Supplied data
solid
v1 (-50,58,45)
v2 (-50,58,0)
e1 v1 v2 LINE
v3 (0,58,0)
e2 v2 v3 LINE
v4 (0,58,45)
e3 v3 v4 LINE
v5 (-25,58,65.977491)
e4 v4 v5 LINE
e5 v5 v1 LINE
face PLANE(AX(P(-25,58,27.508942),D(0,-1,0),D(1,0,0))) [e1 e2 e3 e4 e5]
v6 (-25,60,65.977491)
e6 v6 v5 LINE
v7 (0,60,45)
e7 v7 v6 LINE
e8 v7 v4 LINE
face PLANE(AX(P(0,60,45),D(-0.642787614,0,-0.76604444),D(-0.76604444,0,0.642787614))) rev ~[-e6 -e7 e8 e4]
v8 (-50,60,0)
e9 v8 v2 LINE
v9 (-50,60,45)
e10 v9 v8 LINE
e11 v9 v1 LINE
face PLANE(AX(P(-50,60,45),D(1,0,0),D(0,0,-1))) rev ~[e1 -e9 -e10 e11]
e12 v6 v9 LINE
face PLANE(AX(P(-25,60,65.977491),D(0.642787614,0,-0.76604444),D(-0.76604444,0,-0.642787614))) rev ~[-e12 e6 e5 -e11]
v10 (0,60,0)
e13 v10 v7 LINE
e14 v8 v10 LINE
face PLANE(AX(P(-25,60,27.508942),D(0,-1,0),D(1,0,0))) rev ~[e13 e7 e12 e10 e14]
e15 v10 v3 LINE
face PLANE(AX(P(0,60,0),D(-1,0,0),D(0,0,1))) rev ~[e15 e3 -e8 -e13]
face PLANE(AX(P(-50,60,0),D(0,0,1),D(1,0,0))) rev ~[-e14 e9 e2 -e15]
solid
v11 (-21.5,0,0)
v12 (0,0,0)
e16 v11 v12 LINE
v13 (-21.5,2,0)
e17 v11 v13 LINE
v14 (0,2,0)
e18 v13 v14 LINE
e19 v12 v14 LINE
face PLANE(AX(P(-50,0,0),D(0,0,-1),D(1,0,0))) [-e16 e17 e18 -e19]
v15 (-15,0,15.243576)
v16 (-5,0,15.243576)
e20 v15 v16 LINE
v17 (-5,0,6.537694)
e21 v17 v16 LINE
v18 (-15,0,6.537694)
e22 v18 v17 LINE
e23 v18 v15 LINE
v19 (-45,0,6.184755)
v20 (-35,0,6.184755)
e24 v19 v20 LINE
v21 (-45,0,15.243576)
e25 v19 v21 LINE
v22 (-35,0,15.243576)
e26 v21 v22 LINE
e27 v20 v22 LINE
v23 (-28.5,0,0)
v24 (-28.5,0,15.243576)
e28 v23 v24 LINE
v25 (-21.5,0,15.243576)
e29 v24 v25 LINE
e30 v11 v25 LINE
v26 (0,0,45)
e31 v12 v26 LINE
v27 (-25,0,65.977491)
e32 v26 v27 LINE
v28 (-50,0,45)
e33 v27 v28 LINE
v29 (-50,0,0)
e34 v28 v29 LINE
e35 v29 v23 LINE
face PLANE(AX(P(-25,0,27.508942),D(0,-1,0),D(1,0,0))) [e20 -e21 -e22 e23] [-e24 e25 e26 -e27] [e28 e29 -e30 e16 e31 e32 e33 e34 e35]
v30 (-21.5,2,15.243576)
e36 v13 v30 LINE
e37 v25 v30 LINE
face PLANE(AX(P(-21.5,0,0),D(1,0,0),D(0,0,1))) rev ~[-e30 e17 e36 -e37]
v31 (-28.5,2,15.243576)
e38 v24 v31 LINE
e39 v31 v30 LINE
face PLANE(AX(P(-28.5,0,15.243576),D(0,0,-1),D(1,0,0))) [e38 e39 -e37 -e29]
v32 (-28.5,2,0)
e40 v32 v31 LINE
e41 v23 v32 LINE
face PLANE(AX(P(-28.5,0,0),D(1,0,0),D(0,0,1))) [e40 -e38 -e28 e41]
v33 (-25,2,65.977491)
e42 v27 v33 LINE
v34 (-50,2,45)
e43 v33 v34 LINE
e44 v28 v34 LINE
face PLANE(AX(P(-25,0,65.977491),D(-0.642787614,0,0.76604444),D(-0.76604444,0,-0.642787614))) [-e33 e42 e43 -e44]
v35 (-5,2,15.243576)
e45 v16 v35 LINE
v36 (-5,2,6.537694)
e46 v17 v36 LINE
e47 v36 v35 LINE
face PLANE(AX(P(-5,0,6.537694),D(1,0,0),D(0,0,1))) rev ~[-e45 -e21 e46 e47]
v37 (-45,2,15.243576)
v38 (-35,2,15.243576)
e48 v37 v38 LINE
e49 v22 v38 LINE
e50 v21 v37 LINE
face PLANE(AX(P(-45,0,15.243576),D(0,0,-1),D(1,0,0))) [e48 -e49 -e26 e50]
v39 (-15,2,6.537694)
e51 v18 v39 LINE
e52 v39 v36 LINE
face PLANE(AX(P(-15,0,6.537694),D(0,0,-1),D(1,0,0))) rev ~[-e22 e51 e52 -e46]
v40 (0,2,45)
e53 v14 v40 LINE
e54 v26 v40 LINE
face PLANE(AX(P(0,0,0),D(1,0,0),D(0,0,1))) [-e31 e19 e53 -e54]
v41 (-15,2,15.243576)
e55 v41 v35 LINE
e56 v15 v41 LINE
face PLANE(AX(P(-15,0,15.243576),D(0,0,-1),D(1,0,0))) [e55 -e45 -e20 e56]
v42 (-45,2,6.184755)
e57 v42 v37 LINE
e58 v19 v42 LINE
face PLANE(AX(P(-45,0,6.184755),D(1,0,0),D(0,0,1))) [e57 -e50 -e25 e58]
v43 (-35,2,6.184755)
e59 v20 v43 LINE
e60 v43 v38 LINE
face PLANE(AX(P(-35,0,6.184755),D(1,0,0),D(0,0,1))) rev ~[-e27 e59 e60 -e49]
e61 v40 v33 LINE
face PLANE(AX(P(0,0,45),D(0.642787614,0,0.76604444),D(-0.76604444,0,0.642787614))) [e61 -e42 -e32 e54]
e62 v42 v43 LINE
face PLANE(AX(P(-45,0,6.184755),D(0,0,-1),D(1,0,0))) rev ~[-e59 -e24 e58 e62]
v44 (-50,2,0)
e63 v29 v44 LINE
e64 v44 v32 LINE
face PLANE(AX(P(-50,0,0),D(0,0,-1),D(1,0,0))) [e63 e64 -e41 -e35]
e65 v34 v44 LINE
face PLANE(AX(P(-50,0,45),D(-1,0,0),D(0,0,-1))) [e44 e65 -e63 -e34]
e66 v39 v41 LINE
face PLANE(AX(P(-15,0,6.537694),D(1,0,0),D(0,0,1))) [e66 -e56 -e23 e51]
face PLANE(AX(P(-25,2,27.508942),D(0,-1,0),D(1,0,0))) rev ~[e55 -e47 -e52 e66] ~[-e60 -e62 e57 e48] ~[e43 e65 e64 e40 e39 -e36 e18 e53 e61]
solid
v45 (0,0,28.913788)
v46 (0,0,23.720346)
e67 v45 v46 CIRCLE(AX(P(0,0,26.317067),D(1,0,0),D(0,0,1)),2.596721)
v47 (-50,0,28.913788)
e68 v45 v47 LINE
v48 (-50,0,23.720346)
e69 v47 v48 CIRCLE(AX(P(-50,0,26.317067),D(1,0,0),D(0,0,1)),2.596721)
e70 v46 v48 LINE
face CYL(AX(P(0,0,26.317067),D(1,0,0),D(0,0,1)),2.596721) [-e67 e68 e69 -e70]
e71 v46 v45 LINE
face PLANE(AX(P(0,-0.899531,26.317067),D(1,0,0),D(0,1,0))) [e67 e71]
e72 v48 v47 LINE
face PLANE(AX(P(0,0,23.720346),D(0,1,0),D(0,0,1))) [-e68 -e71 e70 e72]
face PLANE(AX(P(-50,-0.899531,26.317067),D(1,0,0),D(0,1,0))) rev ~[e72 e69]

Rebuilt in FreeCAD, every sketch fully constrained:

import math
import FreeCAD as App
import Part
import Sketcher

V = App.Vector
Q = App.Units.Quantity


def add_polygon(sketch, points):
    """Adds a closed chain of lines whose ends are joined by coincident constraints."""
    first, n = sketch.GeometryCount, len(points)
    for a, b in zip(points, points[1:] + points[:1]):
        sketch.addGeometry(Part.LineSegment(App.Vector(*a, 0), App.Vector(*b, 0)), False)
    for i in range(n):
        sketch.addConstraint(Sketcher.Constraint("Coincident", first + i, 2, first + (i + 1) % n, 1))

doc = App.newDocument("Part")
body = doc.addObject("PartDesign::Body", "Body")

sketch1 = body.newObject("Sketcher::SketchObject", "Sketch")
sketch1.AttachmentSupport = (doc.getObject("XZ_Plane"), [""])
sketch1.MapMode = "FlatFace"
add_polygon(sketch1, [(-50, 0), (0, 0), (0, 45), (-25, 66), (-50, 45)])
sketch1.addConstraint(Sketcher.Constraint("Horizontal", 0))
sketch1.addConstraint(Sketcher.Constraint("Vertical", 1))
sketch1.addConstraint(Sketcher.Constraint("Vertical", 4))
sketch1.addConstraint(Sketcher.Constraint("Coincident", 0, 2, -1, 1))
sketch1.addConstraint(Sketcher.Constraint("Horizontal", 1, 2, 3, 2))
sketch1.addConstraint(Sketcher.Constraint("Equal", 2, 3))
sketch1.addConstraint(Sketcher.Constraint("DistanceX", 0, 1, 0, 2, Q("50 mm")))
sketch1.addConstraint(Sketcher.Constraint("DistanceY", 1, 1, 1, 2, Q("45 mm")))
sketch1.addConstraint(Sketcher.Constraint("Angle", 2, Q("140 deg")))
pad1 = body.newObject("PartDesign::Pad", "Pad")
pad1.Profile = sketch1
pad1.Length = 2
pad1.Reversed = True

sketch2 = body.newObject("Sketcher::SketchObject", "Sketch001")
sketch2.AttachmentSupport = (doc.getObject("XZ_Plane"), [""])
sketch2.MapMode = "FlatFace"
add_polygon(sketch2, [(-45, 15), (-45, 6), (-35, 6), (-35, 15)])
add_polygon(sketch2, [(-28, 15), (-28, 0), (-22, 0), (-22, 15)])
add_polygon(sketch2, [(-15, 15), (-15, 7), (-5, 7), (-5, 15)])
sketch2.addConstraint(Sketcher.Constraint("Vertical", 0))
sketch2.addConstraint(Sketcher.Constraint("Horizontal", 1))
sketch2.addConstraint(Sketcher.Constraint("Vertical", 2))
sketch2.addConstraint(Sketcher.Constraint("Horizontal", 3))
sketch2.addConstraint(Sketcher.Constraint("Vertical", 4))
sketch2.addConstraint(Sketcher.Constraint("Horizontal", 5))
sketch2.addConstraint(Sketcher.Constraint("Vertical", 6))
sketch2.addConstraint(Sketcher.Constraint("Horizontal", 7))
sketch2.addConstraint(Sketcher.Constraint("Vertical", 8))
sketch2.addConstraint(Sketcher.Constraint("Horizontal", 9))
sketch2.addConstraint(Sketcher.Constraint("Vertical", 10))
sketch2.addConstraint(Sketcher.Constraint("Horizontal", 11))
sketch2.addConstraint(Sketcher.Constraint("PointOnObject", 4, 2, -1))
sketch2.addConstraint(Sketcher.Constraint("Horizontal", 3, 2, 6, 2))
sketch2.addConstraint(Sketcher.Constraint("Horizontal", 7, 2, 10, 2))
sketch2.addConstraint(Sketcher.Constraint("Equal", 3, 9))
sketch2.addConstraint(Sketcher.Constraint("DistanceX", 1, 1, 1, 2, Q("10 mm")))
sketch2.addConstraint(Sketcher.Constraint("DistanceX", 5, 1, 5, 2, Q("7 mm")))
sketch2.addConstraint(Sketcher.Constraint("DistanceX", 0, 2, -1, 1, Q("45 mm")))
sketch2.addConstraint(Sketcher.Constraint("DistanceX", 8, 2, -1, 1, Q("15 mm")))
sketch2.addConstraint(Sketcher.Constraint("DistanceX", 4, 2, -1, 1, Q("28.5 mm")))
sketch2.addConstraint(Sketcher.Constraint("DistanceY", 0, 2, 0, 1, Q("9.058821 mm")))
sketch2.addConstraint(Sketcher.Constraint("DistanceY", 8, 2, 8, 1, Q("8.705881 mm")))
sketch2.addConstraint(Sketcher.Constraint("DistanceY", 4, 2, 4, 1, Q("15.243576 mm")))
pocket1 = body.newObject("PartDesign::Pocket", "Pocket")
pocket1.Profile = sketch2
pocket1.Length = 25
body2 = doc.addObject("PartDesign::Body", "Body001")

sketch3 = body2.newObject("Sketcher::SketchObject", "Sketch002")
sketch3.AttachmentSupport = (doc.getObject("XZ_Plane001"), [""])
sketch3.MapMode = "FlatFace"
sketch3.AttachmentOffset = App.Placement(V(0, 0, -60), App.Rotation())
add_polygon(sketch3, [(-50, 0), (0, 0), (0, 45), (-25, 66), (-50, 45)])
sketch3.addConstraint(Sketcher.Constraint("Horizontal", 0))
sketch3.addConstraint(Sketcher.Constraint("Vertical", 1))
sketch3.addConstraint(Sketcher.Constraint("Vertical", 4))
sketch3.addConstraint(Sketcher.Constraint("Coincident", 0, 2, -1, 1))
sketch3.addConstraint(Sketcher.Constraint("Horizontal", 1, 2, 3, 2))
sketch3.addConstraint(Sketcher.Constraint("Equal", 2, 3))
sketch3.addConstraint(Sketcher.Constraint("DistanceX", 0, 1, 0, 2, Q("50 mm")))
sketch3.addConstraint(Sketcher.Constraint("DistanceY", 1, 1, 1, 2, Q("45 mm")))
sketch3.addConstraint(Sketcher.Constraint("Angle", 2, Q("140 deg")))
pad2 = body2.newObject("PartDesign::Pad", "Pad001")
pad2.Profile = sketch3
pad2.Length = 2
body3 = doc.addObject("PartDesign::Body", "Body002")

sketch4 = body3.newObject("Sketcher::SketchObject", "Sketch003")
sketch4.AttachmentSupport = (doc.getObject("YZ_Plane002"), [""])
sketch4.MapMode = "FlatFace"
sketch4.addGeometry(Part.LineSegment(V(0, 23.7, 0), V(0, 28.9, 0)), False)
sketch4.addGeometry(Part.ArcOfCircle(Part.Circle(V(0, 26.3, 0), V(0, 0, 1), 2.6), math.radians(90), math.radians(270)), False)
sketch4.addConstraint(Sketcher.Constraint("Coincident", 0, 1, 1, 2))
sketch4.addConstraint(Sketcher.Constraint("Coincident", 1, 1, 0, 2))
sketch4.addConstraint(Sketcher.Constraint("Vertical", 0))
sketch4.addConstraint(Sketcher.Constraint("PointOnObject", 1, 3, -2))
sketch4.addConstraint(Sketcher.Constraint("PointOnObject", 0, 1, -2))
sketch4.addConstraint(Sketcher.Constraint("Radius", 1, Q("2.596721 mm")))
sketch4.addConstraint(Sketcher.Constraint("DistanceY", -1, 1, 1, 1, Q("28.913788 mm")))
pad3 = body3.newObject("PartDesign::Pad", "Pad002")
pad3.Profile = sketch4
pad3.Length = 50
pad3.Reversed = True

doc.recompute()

Problem to work on
At the first line of the material above, start reproducing each line exactly, and end with the line that holds "e35 v29 v23 LINE", adding nothing.

Expected answer
solid
v1 (-50,58,45)
v2 (-50,58,0)
e1 v1 v2 LINE
v3 (0,58,0)
e2 v2 v3 LINE
v4 (0,58,45)
e3 v3 v4 LINE
v5 (-25,58,65.977491)
e4 v4 v5 LINE
e5 v5 v1 LINE
face PLANE(AX(P(-25,58,27.508942),D(0,-1,0),D(1,0,0))) [e1 e2 e3 e4 e5]
v6 (-25,60,65.977491)
e6 v6 v5 LINE
v7 (0,60,45)
e7 v7 v6 LINE
e8 v7 v4 LINE
face PLANE(AX(P(0,60,45),D(-0.642787614,0,-0.76604444),D(-0.76604444,0,0.642787614))) rev ~[-e6 -e7 e8 e4]
v8 (-50,60,0)
e9 v8 v2 LINE
v9 (-50,60,45)
e10 v9 v8 LINE
e11 v9 v1 LINE
face PLANE(AX(P(-50,60,45),D(1,0,0),D(0,0,-1))) rev ~[e1 -e9 -e10 e11]
e12 v6 v9 LINE
face PLANE(AX(P(-25,60,65.977491),D(0.642787614,0,-0.76604444),D(-0.76604444,0,-0.642787614))) rev ~[-e12 e6 e5 -e11]
v10 (0,60,0)
e13 v10 v7 LINE
e14 v8 v10 LINE
face PLANE(AX(P(-25,60,27.508942),D(0,-1,0),D(1,0,0))) rev ~[e13 e7 e12 e10 e14]
e15 v10 v3 LINE
face PLANE(AX(P(0,60,0),D(-1,0,0),D(0,0,1))) rev ~[e15 e3 -e8 -e13]
face PLANE(AX(P(-50,60,0),D(0,0,1),D(1,0,0))) rev ~[-e14 e9 e2 -e15]
solid
v11 (-21.5,0,0)
v12 (0,0,0)
e16 v11 v12 LINE
v13 (-21.5,2,0)
e17 v11 v13 LINE
v14 (0,2,0)
e18 v13 v14 LINE
e19 v12 v14 LINE
face PLANE(AX(P(-50,0,0),D(0,0,-1),D(1,0,0))) [-e16 e17 e18 -e19]
v15 (-15,0,15.243576)
v16 (-5,0,15.243576)
e20 v15 v16 LINE
v17 (-5,0,6.537694)
e21 v17 v16 LINE
v18 (-15,0,6.537694)
e22 v18 v17 LINE
e23 v18 v15 LINE
v19 (-45,0,6.184755)
v20 (-35,0,6.184755)
e24 v19 v20 LINE
v21 (-45,0,15.243576)
e25 v19 v21 LINE
v22 (-35,0,15.243576)
e26 v21 v22 LINE
e27 v20 v22 LINE
v23 (-28.5,0,0)
v24 (-28.5,0,15.243576)
e28 v23 v24 LINE
v25 (-21.5,0,15.243576)
e29 v24 v25 LINE
e30 v11 v25 LINE
v26 (0,0,45)
e31 v12 v26 LINE
v27 (-25,0,65.977491)
e32 v26 v27 LINE
v28 (-50,0,45)
e33 v27 v28 LINE
v29 (-50,0,0)
e34 v28 v29 LINE
e35 v29 v23 LINE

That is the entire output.